#### [LISTED RECORDS]
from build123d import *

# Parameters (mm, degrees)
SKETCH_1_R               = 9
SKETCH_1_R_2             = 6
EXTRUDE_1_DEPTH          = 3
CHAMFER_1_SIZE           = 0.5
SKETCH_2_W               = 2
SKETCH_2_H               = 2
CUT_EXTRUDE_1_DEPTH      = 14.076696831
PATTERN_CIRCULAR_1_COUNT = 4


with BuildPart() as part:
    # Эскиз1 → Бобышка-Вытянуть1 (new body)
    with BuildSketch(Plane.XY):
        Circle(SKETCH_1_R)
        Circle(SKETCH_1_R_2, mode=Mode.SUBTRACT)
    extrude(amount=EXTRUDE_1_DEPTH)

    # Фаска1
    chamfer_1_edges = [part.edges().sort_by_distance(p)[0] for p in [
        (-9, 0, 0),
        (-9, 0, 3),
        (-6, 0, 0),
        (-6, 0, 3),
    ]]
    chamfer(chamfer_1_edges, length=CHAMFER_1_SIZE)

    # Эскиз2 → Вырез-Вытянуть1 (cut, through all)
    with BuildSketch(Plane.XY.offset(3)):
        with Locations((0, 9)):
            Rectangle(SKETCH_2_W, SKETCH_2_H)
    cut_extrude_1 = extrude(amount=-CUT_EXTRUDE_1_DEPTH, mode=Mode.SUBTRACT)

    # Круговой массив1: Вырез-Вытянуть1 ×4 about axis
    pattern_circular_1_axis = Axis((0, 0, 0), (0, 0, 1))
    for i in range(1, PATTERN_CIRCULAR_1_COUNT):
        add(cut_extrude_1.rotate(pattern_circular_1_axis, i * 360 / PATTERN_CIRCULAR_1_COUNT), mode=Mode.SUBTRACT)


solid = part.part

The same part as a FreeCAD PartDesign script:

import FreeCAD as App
import Part
import Sketcher
from FreeCAD import Vector
Q = App.Units.Quantity


def edges_at(feature, points):
    """Names of the edges that pass closest to the given points."""
    edges = feature.Shape.Edges
    near = lambda p: min(range(len(edges)), key=lambda i: edges[i].distToShape(Part.Vertex(*p))[0])
    return sorted({f"Edge{near(p) + 1}" for p in points})

doc = App.newDocument("Part")
body = doc.addObject("PartDesign::Body", "Body")

sketch1 = body.newObject("Sketcher::SketchObject", "Sketch")
sketch1.AttachmentSupport = (doc.getObject("XY_Plane"), [""])
sketch1.MapMode = "FlatFace"
sketch1.addGeometry([
    Part.Circle(Vector(0, 0, 0), Vector(0, 0, 1), 9),
    Part.Circle(Vector(0, 0, 0), Vector(0, 0, 1), 6),
], False)
sketch1.addConstraint([
    Sketcher.Constraint("Coincident", 0, 3, -1, 1),
    Sketcher.Constraint("Coincident", 1, 3, -1, 1),
    Sketcher.Constraint("Diameter", 0, Q("18 mm")),
    Sketcher.Constraint("Diameter", 1, Q("12 mm")),
])
pad1 = body.newObject("PartDesign::Pad", "Pad")
pad1.Profile = sketch1
pad1.Length = 3
doc.recompute()

chamfer = body.newObject("PartDesign::Chamfer", "Chamfer")
chamfer.Base = (pad1, edges_at(pad1, [
    (-9, 0, 0),
    (-9, 0, 3),
    (-6, 0, 0),
    (-6, 0, 3),
]))
chamfer.Size = 0.5

sketch2 = body.newObject("Sketcher::SketchObject", "Sketch001")
sketch2.AttachmentSupport = (doc.getObject("XY_Plane"), [""])
sketch2.MapMode = "FlatFace"
sketch2.AttachmentOffset = App.Placement(Vector(0, 0, 3), App.Rotation())
sketch2.addGeometry([
    Part.LineSegment(Vector(-1, 10, 0), Vector(-1, 8, 0)),
    Part.LineSegment(Vector(-1, 8, 0), Vector(1, 8, 0)),
    Part.LineSegment(Vector(1, 8, 0), Vector(1, 10, 0)),
    Part.LineSegment(Vector(1, 10, 0), Vector(-1, 10, 0)),
], False)
sketch2.addConstraint([
    Sketcher.Constraint("Coincident", 0, 2, 1, 1),
    Sketcher.Constraint("Coincident", 1, 2, 2, 1),
    Sketcher.Constraint("Coincident", 2, 2, 3, 1),
    Sketcher.Constraint("Coincident", 3, 2, 0, 1),
    Sketcher.Constraint("Vertical", 0),
    Sketcher.Constraint("Horizontal", 1),
    Sketcher.Constraint("Vertical", 2),
    Sketcher.Constraint("Horizontal", 3),
    Sketcher.Constraint("Equal", 3, 0),
    Sketcher.Constraint("DistanceX", 1, 1, 1, 2, Q("2 mm")),
    Sketcher.Constraint("DistanceX", 0, 2, -1, 1, Q("1 mm")),
    Sketcher.Constraint("DistanceY", -1, 1, 0, 2, Q("8 mm")),
])
pocket1 = body.newObject("PartDesign::Pocket", "Pocket")
pocket1.Profile = sketch2
pocket1.Type = "ThroughAll"
doc.recompute()

polarpattern = body.newObject("PartDesign::PolarPattern", "PolarPattern")
polarpattern.Originals = [pocket1]
polarpattern.Axis = (doc.getObject("Z_Axis"), [""])
polarpattern.Angle = 360
polarpattern.Occurrences = 4
body.Tip = polarpattern

doc.recompute()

#### [WHAT YOU WILL DO]
Only lines holding the word "SUBTRACT" are wanted, so copy each of them from the records above.

#### [WRITTEN ANSWER]
        Circle(SKETCH_1_R_2, mode=Mode.SUBTRACT)
    cut_extrude_1 = extrude(amount=-CUT_EXTRUDE_1_DEPTH, mode=Mode.SUBTRACT)
        add(cut_extrude_1.rotate(pattern_circular_1_axis, i * 360 / PATTERN_CIRCULAR_1_COUNT), mode=Mode.SUBTRACT)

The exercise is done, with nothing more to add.